**Assignment**
From the line containing "#117=FACE_BOUND('',#116,.T.);" down to the line containing "#132=CIRCLE('',#112,55.5625);" in the records below, reproduce every line exactly, ends included, and omit all others.
-------------------------
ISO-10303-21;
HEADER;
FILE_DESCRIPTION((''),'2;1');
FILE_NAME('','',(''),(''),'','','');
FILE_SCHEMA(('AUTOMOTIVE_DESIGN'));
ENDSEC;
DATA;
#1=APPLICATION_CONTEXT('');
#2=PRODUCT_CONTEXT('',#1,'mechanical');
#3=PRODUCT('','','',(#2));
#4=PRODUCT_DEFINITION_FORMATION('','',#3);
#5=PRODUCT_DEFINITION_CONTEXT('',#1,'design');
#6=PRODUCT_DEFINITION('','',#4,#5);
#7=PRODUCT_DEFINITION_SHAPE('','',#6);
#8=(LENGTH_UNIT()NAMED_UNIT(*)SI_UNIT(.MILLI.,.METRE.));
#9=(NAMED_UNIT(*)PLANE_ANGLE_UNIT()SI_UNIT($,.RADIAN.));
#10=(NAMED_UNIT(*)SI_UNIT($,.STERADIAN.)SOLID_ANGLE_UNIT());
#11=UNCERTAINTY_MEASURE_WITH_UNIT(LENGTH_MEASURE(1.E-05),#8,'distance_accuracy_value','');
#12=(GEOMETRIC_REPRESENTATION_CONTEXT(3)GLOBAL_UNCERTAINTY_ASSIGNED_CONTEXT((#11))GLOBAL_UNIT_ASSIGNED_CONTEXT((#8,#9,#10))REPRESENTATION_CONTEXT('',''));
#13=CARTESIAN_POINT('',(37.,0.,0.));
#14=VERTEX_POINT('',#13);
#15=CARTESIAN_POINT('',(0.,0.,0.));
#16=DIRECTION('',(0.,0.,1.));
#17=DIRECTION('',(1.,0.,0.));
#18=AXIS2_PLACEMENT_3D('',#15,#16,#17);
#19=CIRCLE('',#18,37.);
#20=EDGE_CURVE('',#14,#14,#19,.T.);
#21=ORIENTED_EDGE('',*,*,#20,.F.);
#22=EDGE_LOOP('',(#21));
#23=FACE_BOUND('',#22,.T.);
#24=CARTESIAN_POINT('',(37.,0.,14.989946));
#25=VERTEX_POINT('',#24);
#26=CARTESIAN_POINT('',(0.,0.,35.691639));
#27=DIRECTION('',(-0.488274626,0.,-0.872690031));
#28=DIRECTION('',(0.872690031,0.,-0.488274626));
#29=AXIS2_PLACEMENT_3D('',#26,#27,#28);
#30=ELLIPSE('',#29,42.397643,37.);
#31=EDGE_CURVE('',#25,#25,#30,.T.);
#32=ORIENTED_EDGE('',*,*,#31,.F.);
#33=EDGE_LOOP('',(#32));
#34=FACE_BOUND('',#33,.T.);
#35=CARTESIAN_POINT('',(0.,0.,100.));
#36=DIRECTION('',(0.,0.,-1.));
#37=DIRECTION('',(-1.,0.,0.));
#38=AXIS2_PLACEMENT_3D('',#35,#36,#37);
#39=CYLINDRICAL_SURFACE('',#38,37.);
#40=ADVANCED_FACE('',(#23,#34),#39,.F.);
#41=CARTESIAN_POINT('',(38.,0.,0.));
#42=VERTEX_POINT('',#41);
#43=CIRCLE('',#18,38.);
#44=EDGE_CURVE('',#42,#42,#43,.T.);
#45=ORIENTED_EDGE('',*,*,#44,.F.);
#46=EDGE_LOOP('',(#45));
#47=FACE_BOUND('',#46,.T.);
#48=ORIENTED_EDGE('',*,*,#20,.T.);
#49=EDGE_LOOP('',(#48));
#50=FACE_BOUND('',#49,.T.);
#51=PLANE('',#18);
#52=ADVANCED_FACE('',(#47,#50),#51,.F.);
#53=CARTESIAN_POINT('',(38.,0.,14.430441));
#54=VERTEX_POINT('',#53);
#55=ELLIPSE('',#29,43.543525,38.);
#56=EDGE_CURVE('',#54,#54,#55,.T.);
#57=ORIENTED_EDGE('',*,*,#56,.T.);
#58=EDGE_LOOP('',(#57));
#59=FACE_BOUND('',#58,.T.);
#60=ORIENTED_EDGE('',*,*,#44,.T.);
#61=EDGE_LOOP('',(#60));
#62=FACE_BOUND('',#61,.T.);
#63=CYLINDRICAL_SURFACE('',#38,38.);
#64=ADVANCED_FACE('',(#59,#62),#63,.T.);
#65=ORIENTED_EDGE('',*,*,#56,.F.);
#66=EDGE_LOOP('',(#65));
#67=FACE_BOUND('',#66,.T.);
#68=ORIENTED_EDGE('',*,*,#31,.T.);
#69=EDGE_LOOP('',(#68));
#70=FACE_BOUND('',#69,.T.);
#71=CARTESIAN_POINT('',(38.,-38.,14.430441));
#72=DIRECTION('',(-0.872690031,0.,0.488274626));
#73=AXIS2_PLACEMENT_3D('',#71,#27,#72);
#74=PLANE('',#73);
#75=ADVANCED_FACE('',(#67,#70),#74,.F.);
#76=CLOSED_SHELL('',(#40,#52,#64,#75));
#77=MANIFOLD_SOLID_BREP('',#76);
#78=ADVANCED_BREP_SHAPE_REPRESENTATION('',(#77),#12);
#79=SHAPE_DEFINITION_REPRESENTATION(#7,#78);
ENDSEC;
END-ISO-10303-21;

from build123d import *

# Parameters (mm, degrees)
SKETCH1_R               = 38
SKETCH1_R_2             = 37
BOSS_EXTRUDE1_DEPTH     = 100
CUT_EXTRUDE1_DEPTH      = 114.525327571
CUT_EXTRUDE1_DEPTH_BACK = 114.525327571


with BuildPart() as part:
    # Sketch1 → Boss-Extrude1 (new body)
    with BuildSketch(Plane.XY):
        Circle(SKETCH1_R)
        Circle(SKETCH1_R_2, mode=Mode.SUBTRACT)
    extrude(amount=BOSS_EXTRUDE1_DEPTH)

    # Sketch2 → Cut-Extrude1 (cut, two sides: drawn at the far end of the back side and taken through both)
    with BuildSketch(Plane(origin=(0, 0, 0), x_dir=(1, 0, 0), z_dir=(0, 1, 0)).offset(-CUT_EXTRUDE1_DEPTH_BACK)):
        Polygon((-38, -56.952837679), (-53.951830264, -56.952837679), (-53.951830264, -117.98330843), (80.738173953, -117.98330843), (80.738173953, -14.430441154), (38, -14.430441154), align=None)
    extrude(amount=CUT_EXTRUDE1_DEPTH + CUT_EXTRUDE1_DEPTH_BACK, mode=Mode.SUBTRACT)


solid = part.part
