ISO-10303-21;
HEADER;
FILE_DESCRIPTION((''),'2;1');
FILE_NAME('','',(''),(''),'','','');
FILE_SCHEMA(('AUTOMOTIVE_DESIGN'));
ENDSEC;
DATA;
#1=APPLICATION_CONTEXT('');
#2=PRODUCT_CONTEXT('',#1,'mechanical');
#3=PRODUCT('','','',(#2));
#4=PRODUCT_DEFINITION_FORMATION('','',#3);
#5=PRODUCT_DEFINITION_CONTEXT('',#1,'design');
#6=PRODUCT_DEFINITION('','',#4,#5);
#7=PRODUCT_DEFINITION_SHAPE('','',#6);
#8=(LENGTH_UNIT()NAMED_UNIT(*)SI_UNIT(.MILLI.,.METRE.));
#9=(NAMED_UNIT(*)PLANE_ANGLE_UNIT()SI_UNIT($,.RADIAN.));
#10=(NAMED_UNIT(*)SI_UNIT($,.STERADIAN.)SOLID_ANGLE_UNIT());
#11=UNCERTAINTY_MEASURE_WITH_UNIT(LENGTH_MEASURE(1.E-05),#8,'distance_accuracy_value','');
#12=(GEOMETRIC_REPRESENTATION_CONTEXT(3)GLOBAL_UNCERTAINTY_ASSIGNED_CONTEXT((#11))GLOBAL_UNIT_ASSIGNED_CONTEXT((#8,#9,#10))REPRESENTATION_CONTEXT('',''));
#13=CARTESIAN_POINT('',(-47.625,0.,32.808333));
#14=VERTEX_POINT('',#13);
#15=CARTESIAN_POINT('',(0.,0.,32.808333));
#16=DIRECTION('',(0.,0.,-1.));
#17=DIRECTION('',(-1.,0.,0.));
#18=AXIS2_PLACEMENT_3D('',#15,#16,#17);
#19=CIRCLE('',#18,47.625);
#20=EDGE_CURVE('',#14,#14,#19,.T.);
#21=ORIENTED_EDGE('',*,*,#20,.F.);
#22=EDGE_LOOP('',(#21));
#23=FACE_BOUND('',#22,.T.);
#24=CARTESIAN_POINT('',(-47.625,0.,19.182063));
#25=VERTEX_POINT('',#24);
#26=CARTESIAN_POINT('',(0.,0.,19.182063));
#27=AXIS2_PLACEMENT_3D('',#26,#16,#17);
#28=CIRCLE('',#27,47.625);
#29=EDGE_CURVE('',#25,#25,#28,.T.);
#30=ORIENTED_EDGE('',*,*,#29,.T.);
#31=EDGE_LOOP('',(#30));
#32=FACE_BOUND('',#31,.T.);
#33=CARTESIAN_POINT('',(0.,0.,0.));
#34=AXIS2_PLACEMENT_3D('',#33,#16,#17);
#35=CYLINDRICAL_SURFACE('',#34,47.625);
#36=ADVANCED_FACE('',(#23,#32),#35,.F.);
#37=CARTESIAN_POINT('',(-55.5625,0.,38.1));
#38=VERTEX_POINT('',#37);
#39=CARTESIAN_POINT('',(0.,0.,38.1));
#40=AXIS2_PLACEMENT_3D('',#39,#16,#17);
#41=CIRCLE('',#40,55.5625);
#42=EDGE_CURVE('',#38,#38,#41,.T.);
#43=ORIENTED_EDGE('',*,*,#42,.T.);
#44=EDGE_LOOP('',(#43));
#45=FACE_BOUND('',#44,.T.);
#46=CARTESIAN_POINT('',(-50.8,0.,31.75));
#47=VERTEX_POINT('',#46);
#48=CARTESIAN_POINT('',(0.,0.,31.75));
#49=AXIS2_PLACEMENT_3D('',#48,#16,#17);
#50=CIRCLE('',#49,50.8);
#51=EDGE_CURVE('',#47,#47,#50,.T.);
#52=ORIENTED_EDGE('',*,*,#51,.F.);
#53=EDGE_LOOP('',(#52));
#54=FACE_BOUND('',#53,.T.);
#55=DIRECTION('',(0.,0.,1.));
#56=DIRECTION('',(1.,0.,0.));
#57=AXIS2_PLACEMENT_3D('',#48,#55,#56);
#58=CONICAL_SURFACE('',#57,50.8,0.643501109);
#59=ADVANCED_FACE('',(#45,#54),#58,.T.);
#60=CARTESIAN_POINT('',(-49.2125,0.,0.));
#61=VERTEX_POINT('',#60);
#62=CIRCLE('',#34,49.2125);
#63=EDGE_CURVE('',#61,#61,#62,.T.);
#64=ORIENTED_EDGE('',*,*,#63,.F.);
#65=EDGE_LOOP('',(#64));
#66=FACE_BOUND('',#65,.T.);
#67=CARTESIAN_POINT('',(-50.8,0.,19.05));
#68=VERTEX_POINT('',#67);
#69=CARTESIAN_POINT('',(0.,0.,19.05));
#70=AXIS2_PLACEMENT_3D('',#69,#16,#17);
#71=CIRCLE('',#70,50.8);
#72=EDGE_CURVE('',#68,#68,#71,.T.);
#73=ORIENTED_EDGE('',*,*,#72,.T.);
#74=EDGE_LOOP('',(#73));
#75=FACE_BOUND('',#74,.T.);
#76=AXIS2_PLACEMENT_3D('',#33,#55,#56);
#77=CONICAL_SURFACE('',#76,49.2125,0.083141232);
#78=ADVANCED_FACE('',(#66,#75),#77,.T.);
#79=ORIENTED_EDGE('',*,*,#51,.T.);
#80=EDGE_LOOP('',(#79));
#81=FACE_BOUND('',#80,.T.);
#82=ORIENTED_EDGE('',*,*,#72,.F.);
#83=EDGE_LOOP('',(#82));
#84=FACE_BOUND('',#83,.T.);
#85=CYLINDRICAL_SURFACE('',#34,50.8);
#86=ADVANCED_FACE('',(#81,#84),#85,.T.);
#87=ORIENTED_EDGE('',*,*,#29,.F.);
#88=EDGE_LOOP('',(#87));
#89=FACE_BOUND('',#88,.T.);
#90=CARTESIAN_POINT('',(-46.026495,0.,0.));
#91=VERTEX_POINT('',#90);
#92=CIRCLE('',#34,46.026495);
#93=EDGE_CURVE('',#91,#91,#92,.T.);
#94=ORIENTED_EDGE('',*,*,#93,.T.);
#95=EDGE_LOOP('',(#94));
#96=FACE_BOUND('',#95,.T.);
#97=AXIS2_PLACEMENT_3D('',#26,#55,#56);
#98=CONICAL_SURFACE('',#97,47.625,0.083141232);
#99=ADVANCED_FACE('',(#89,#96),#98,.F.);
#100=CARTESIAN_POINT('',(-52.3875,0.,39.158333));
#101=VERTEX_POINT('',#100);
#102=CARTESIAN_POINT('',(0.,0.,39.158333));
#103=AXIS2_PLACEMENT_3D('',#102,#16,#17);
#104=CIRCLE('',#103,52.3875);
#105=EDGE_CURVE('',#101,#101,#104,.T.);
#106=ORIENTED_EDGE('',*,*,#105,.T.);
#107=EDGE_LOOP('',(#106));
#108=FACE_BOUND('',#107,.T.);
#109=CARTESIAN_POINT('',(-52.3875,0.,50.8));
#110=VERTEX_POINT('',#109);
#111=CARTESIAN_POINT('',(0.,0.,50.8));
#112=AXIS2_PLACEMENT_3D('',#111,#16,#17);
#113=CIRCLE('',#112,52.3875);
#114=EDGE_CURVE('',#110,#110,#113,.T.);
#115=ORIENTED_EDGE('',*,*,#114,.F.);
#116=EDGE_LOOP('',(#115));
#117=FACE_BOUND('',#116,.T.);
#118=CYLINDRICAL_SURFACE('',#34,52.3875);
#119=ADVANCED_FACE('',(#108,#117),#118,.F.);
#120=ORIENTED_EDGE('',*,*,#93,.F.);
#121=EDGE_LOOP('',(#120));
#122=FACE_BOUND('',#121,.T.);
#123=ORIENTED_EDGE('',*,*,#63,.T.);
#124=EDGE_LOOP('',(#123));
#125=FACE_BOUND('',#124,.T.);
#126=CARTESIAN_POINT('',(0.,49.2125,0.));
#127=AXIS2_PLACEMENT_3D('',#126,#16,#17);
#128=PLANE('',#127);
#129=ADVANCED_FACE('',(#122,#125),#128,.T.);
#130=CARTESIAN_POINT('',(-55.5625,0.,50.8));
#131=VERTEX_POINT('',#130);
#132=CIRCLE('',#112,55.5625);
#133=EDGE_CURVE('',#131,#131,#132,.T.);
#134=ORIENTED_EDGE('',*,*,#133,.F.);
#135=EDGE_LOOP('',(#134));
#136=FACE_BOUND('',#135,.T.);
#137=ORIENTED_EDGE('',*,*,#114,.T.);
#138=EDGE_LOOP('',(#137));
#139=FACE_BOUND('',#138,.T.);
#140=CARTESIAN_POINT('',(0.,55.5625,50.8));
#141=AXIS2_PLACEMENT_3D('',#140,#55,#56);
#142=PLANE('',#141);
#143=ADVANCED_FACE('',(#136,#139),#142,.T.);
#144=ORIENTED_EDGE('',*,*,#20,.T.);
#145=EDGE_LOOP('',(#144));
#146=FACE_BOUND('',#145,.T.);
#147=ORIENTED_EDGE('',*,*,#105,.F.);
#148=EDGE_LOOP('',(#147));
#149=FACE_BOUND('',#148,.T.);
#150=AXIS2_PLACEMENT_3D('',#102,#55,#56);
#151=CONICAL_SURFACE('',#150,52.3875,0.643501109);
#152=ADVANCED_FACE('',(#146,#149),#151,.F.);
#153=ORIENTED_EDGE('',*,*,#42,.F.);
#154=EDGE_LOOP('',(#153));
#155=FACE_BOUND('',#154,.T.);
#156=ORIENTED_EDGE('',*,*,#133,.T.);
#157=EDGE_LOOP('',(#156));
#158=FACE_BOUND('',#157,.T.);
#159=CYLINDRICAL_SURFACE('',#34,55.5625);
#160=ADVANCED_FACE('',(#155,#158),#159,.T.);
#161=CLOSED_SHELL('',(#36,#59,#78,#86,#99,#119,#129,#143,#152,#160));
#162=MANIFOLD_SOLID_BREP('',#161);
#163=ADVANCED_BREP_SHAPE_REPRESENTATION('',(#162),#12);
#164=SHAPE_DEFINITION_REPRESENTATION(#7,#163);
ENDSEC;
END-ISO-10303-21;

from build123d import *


with BuildPart() as part:
    # Sketch1 → Revolve1 (revolve)
    with BuildSketch(Plane(origin=(0, 0, 0), x_dir=(0, 0, -1), z_dir=(1, 0, 0))):
        Polygon((-39.158333333, 52.3875), (-32.808333333, 47.625), (-19.182062788, 47.625), (0, 46.026494768), (0, 49.2125), (-19.05, 50.8), (-31.75, 50.8), (-38.1, 55.5625), (-50.8, 55.5625), (-50.8, 52.3875), align=None)
    revolve(axis=Axis((0, 0, 0), (0, 0, 1)))


solid = part.part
-------------------------
**Finished exercise**
#117=FACE_BOUND('',#116,.T.);
#118=CYLINDRICAL_SURFACE('',#34,52.3875);
#119=ADVANCED_FACE('',(#108,#117),#118,.F.);
#120=ORIENTED_EDGE('',*,*,#93,.F.);
#121=EDGE_LOOP('',(#120));
#122=FACE_BOUND('',#121,.T.);
#123=ORIENTED_EDGE('',*,*,#63,.T.);
#124=EDGE_LOOP('',(#123));
#125=FACE_BOUND('',#124,.T.);
#126=CARTESIAN_POINT('',(0.,49.2125,0.));
#127=AXIS2_PLACEMENT_3D('',#126,#16,#17);
#128=PLANE('',#127);
#129=ADVANCED_FACE('',(#122,#125),#128,.T.);
#130=CARTESIAN_POINT('',(-55.5625,0.,50.8));
#131=VERTEX_POINT('',#130);
#132=CIRCLE('',#112,55.5625);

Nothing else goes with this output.